Ellis Island

 Within the New York/New Jersey harbor lies a small island that holds many stories. Stories of the 12 million immigrants that have passed through its gates. This island is now known as Ellis Island. Today it is believed that over 100 million Americans can trace their ancestry to the millions once processed there. Although the name Ellis Island was given to the land in 1770, its presence had long before been recognized in history.   Prior to the name Ellis Island, the small, low in altitude piece of land was once called "Kioshk" or "Gull Island", by local indian tribes and "Oyster Island" during the Dutch and English colonial period. Each of the names were representations of the island and its occupants at the time. Not until 1794 had the island played much of a role in American history. When the British occupied New York City during the Revolutionary War, the location and significance of the island was finally recognized. After the federal government took ownership to the land Fort Gibson was established on the island and therefore became a critical part of the United States defense system. After realizing the significance of the land the Federal Government purchased it from the New York state in 1808. 

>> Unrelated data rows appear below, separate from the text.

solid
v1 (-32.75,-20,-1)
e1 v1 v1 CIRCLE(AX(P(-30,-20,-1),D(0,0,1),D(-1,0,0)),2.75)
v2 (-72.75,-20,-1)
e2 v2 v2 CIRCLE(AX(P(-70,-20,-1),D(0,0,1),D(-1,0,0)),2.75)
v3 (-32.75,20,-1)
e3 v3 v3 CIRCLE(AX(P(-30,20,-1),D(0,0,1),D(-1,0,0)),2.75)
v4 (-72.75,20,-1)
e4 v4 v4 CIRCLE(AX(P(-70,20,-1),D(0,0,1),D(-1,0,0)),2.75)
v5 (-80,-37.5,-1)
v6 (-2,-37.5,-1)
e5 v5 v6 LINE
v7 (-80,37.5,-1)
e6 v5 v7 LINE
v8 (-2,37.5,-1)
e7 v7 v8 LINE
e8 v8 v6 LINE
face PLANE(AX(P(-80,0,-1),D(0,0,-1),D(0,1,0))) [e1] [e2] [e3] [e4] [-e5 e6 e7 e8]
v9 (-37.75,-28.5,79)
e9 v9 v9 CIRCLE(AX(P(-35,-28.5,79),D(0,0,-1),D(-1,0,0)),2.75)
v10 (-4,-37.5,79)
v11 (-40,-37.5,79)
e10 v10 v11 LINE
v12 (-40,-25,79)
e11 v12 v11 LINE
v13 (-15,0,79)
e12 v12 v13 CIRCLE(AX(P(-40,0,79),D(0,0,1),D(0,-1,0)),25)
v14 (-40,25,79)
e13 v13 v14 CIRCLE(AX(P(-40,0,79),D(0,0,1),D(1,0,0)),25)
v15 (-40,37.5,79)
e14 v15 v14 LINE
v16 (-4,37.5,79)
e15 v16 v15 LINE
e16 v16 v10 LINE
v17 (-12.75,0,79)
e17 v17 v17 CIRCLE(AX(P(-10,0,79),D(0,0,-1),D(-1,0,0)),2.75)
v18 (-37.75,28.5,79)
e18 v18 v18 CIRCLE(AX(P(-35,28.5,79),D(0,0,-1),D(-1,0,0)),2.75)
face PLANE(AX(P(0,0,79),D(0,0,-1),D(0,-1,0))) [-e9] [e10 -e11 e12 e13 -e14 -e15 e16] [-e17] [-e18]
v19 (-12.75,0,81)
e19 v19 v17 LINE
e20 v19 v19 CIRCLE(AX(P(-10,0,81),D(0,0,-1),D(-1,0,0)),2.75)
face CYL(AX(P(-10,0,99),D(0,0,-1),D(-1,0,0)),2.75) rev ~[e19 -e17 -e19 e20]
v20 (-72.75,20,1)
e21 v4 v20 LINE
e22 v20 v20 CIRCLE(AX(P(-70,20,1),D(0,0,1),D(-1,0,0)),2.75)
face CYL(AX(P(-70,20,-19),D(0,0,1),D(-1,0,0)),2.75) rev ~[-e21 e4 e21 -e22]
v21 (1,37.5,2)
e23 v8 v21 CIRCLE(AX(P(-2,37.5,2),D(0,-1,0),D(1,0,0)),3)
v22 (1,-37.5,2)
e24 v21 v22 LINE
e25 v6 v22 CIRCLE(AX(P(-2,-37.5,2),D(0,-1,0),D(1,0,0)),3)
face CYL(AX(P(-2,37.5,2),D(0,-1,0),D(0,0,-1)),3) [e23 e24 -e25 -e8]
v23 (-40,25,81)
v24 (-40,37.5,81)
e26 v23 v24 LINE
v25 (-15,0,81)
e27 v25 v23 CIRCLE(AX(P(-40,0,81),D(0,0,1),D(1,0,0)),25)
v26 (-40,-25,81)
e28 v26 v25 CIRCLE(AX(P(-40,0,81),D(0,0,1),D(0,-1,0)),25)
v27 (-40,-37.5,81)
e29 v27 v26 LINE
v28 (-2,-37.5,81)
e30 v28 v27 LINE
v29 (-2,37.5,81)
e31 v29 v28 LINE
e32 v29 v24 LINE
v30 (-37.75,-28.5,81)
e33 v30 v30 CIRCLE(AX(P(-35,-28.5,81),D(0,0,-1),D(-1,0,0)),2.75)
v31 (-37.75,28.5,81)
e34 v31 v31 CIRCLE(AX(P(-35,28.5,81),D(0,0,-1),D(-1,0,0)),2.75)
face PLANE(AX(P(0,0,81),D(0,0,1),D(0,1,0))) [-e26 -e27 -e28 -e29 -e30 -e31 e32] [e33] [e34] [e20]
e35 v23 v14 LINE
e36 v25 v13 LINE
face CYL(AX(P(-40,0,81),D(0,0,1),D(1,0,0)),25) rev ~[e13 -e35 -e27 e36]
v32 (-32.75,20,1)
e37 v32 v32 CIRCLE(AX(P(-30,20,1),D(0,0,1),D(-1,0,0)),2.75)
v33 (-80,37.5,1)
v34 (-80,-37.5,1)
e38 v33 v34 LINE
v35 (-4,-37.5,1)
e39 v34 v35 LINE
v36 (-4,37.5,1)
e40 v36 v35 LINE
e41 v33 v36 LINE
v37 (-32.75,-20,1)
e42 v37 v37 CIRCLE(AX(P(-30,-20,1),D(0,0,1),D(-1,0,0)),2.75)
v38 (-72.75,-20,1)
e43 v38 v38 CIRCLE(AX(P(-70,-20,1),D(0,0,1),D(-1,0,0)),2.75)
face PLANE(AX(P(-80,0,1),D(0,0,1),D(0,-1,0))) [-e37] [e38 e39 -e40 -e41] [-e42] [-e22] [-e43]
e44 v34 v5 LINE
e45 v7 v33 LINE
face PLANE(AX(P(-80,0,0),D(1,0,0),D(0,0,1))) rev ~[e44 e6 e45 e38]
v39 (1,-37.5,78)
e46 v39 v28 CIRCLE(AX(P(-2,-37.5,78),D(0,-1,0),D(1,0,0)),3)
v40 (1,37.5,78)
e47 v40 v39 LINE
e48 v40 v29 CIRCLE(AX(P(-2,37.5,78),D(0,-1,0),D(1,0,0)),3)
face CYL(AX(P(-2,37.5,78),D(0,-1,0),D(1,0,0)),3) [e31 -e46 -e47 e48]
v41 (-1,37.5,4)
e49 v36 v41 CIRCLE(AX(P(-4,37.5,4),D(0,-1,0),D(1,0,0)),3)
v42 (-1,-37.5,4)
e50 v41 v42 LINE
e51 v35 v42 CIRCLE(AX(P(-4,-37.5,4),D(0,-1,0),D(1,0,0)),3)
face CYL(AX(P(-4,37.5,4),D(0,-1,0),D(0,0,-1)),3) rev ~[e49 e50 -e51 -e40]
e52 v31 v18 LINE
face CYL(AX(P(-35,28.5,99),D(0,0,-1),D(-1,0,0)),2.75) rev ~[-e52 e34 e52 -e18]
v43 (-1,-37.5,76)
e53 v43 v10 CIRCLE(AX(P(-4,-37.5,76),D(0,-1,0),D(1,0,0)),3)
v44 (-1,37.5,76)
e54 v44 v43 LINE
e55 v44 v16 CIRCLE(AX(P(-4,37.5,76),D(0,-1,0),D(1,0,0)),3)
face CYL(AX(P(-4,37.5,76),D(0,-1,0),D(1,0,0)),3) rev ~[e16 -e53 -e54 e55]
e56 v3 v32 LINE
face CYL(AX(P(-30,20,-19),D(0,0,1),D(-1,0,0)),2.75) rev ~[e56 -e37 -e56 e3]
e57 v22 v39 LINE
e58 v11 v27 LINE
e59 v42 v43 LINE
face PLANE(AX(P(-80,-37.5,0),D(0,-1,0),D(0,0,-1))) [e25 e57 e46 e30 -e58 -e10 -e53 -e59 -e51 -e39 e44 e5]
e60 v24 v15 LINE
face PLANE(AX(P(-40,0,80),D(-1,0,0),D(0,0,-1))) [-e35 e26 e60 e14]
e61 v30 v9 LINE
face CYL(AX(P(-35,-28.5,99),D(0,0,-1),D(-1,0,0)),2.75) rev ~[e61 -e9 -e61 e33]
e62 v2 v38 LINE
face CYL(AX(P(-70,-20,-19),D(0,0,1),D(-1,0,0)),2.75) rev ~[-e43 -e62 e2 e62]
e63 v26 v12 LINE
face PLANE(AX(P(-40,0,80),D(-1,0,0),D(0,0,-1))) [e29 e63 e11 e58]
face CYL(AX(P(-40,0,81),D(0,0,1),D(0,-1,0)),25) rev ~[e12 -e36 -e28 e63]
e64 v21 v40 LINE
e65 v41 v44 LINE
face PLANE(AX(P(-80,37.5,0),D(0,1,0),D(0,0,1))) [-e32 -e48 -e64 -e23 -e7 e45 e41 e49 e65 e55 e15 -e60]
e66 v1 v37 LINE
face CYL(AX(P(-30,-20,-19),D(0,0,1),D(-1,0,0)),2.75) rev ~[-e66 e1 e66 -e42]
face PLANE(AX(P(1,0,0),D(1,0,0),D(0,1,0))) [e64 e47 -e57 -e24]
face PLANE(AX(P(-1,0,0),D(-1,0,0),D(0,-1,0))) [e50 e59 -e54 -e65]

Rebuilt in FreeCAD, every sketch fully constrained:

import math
import FreeCAD as App
import Part
import Sketcher
from FreeCAD import Vector
Q = App.Units.Quantity


def edges_at(feature, points):
    """Names of the edges that pass closest to the given points."""
    edges = feature.Shape.Edges
    near = lambda p: min(range(len(edges)), key=lambda i: edges[i].distToShape(Part.Vertex(*p))[0])
    return sorted({f"Edge{near(p) + 1}" for p in points})

doc = App.newDocument("Part")
body = doc.addObject("PartDesign::Body", "Body")

sketch1 = body.newObject("Sketcher::SketchObject", "Sketch")
sketch1.AttachmentSupport = (doc.getObject("YZ_Plane"), [""])
sketch1.MapMode = "FlatFace"
sketch1.AttachmentOffset = App.Placement(Vector(0, 0, -80), App.Rotation())
sketch1.addGeometry([
    Part.LineSegment(Vector(-37.5, 1, 0), Vector(-37.5, -1, 0)),
    Part.LineSegment(Vector(-37.5, -1, 0), Vector(37.5, -1, 0)),
    Part.LineSegment(Vector(37.5, -1, 0), Vector(37.5, 1, 0)),
    Part.LineSegment(Vector(37.5, 1, 0), Vector(-37.5, 1, 0)),
], False)
sketch1.addConstraint([
    Sketcher.Constraint("Coincident", 0, 2, 1, 1),
    Sketcher.Constraint("Coincident", 1, 2, 2, 1),
    Sketcher.Constraint("Coincident", 2, 2, 3, 1),
    Sketcher.Constraint("Coincident", 3, 2, 0, 1),
    Sketcher.Constraint("Vertical", 0),
    Sketcher.Constraint("Horizontal", 1),
    Sketcher.Constraint("Vertical", 2),
    Sketcher.Constraint("Horizontal", 3),
    Sketcher.Constraint("Symmetric", 0, 2, 2, 2, -1, 1),
    Sketcher.Constraint("DistanceX", 1, 1, 1, 2, Q("75 mm")),
    Sketcher.Constraint("DistanceY", 0, 2, 0, 1, Q("2 mm")),
])

sketch2 = body.newObject("Sketcher::SketchObject", "Sketch001")
sketch2.AttachmentSupport = (doc.getObject("XZ_Plane"), [""])
sketch2.MapMode = "FlatFace"
sketch2.addGeometry([
    Part.LineSegment(Vector(-80, 0, 0), Vector(0, 0, 0)),
    Part.LineSegment(Vector(0, 0, 0), Vector(0, 80, 0)),
    Part.LineSegment(Vector(0, 80, 0), Vector(-40, 80, 0)),
], False)
sketch2.addConstraint([
    Sketcher.Constraint("Coincident", 0, 2, 1, 1),
    Sketcher.Constraint("Coincident", 1, 2, 2, 1),
    Sketcher.Constraint("Horizontal", 0),
    Sketcher.Constraint("Vertical", 1),
    Sketcher.Constraint("Horizontal", 2),
    Sketcher.Constraint("Coincident", 0, 2, -1, 1),
    Sketcher.Constraint("Equal", 0, 1),
    Sketcher.Constraint("DistanceX", 0, 1, 0, 2, Q("80 mm")),
    Sketcher.Constraint("DistanceX", 2, 2, 2, 1, Q("40 mm")),
])
doc.recompute()

additivepipe = body.newObject("PartDesign::AdditivePipe", "AdditivePipe")
additivepipe.Profile = sketch1
additivepipe.Spine = (sketch2, ["Edge1", "Edge2", "Edge3"])
additivepipe.Transition = "Right corner"
doc.recompute()

fillet = body.newObject("PartDesign::Fillet", "Fillet")
fillet.Base = (additivepipe, edges_at(additivepipe, [
    (-1, 0, 1),
    (-1, 0, 79),
    (1, 0, -1),
    (1, 0, 81),
]))
fillet.Radius = 3

sketch3 = body.newObject("Sketcher::SketchObject", "Sketch002")
sketch3.AttachmentSupport = (doc.getObject("XY_Plane"), [""])
sketch3.MapMode = "FlatFace"
sketch3.AttachmentOffset = App.Placement(Vector(0, 0, 81), App.Rotation())
sketch3.addGeometry([
    Part.ArcOfCircle(Part.Circle(Vector(-40, 0, 0), Vector(0, 0, 1), 25), math.radians(-90), math.radians(0)),
    Part.ArcOfCircle(Part.Circle(Vector(-40, 0, 0), Vector(0, 0, 1), 25), math.radians(0), math.radians(90)),
    Part.LineSegment(Vector(-40, 25, 0), Vector(-40, -25, 0)),
], False)
sketch3.addConstraint([
    Sketcher.Constraint("Tangent", 0, 2, 1, 1),
    Sketcher.Constraint("Coincident", 1, 2, 2, 1),
    Sketcher.Constraint("Coincident", 2, 2, 0, 1),
    Sketcher.Constraint("Vertical", 2),
    Sketcher.Constraint("Equal", 0, 1),
    Sketcher.Constraint("PointOnObject", 0, 3, -1),
    Sketcher.Constraint("PointOnObject", 0, 2, -1),
    Sketcher.Constraint("Vertical", 0, 3, 1, 2),
    Sketcher.Constraint("Radius", 0, Q("25 mm")),
    Sketcher.Constraint("DistanceX", 0, 3, -1, 1, Q("40 mm")),
])
pocket1 = body.newObject("PartDesign::Pocket", "Pocket")
pocket1.Profile = sketch3
pocket1.Length = 2

sketch4 = body.newObject("Sketcher::SketchObject", "Sketch003")
sketch4.AttachmentSupport = (doc.getObject("XY_Plane"), [""])
sketch4.MapMode = "FlatFace"
sketch4.AttachmentOffset = App.Placement(Vector(0, 0, 81), App.Rotation())
sketch4.addGeometry([
    Part.Circle(Vector(-35, 28.5, 0), Vector(0, 0, 1), 2.75),
    Part.Circle(Vector(-10, 0, 0), Vector(0, 0, 1), 2.75),
    Part.Circle(Vector(-35, -28.5, 0), Vector(0, 0, 1), 2.75),
], False)
sketch4.addConstraint([
    Sketcher.Constraint("Equal", 0, 1),
    Sketcher.Constraint("Equal", 1, 2),
    Sketcher.Constraint("Symmetric", 0, 3, 2, 3, -1),
    Sketcher.Constraint("PointOnObject", 1, 3, -1),
    Sketcher.Constraint("Diameter", 0, Q("5.5 mm")),
    Sketcher.Constraint("DistanceX", 0, 3, -1, 1, Q("35 mm")),
    Sketcher.Constraint("DistanceX", 1, 3, -1, 1, Q("10 mm")),
    Sketcher.Constraint("DistanceY", 2, 3, 0, 3, Q("57 mm")),
])
doc.recompute()
hole = body.newObject("PartDesign::Hole", "Hole")
hole.Profile = sketch4
hole.ThreadType = "None"
hole.Diameter = 5.5
hole.DepthType = "Dimension"
hole.Depth = 18
hole.DrillPoint = "Angled"
hole.DrillPointAngle = 118

sketch5 = body.newObject("Sketcher::SketchObject", "Sketch004")
sketch5.AttachmentSupport = (doc.getObject("XY_Plane"), [""])
sketch5.MapMode = "FlatFace"
sketch5.AttachmentOffset = App.Placement(Vector(0, 0, -1), App.Rotation())
sketch5.addGeometry([
    Part.Circle(Vector(-30, -20, 0), Vector(0, 0, 1), 2.75),
    Part.Circle(Vector(-30, 20, 0), Vector(0, 0, 1), 2.75),
    Part.Circle(Vector(-70, 20, 0), Vector(0, 0, 1), 2.75),
    Part.Circle(Vector(-70, -20, 0), Vector(0, 0, 1), 2.75),
], False)
sketch5.addConstraint([
    Sketcher.Constraint("Equal", 0, 1),
    Sketcher.Constraint("Equal", 1, 2),
    Sketcher.Constraint("Equal", 2, 3),
    Sketcher.Constraint("Symmetric", 0, 3, 1, 3, -1),
    Sketcher.Constraint("Symmetric", 2, 3, 3, 3, -1),
    Sketcher.Constraint("Horizontal", 1, 3, 2, 3),
    Sketcher.Constraint("Diameter", 0, Q("5.5 mm")),
    Sketcher.Constraint("DistanceX", 0, 3, -1, 1, Q("30 mm")),
    Sketcher.Constraint("DistanceY", 0, 3, -1, 1, Q("20 mm")),
    Sketcher.Constraint("DistanceX", 2, 3, -1, 1, Q("70 mm")),
])
doc.recompute()
hole2 = body.newObject("PartDesign::Hole", "Hole001")
hole2.Profile = sketch5
hole2.ThreadType = "None"
hole2.Diameter = 5.5
hole2.DepthType = "Dimension"
hole2.Depth = 18
hole2.DrillPoint = "Angled"
hole2.DrillPointAngle = 118
hole2.Reversed = True

doc.recompute()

 Prior to the opening of Ellis Island as an immigrant station in 1892, immigrants arrived at Castle Garden. During the middle of 1897 the island caught fire destroying the newly designated immigrant station and everything in it, including the record of those who previously entered. December 17, 1900 the new Ellis Island was reopened.

The large fireproof immigrant station processed 2,251 people on its first day reopened. The largest number of immigrants processed in a single day was April 17, 1907 when 11,747 people entered the gates of Ellis Island. 1907, was the peak year of those processed, reaching an astounding 1.25 million people in that year. Ellis Island was seen as the beginning of a new life to many, yet to a small percentage it claimed the names, "Island of Tears" and "Heartbreak Island".

Each of the names emerged from the small percentage of people turned away from the United States.   The ships which carried the immigrants were very crowed and separated by class with the poorest immigrants at the lower levels of the ship.

Once the shipped reached the New York harbor second and third class passengers were each inspected first for physical illnesses and second for mental illness. If one was considered to be detrimental to American society, they were sent back to their country on the vessel in which they arrived, free of charge. 3,000 people died while being held at Ellis Island, thus claiming its name.

After 12 million immigrants were processed at Ellis Island, it closed its gates in 1954. 1976-1984, Ellis Island was opened to the public but later underwent renovation and reopened in 1990. The renovation project cost was $160 million, the largest in American history. Today, Ellis Island remains open as a part of the Statue of Liberty monument and receives about 2 million visitors each year.  

Novotny,Ann. Strangers at the Door. Riverside, CT: The Chatam Press, 1971.
Handlin,Oscar. A Pictorial History of Immigration. New York, NY: Crown Publishers, Inc, 1972.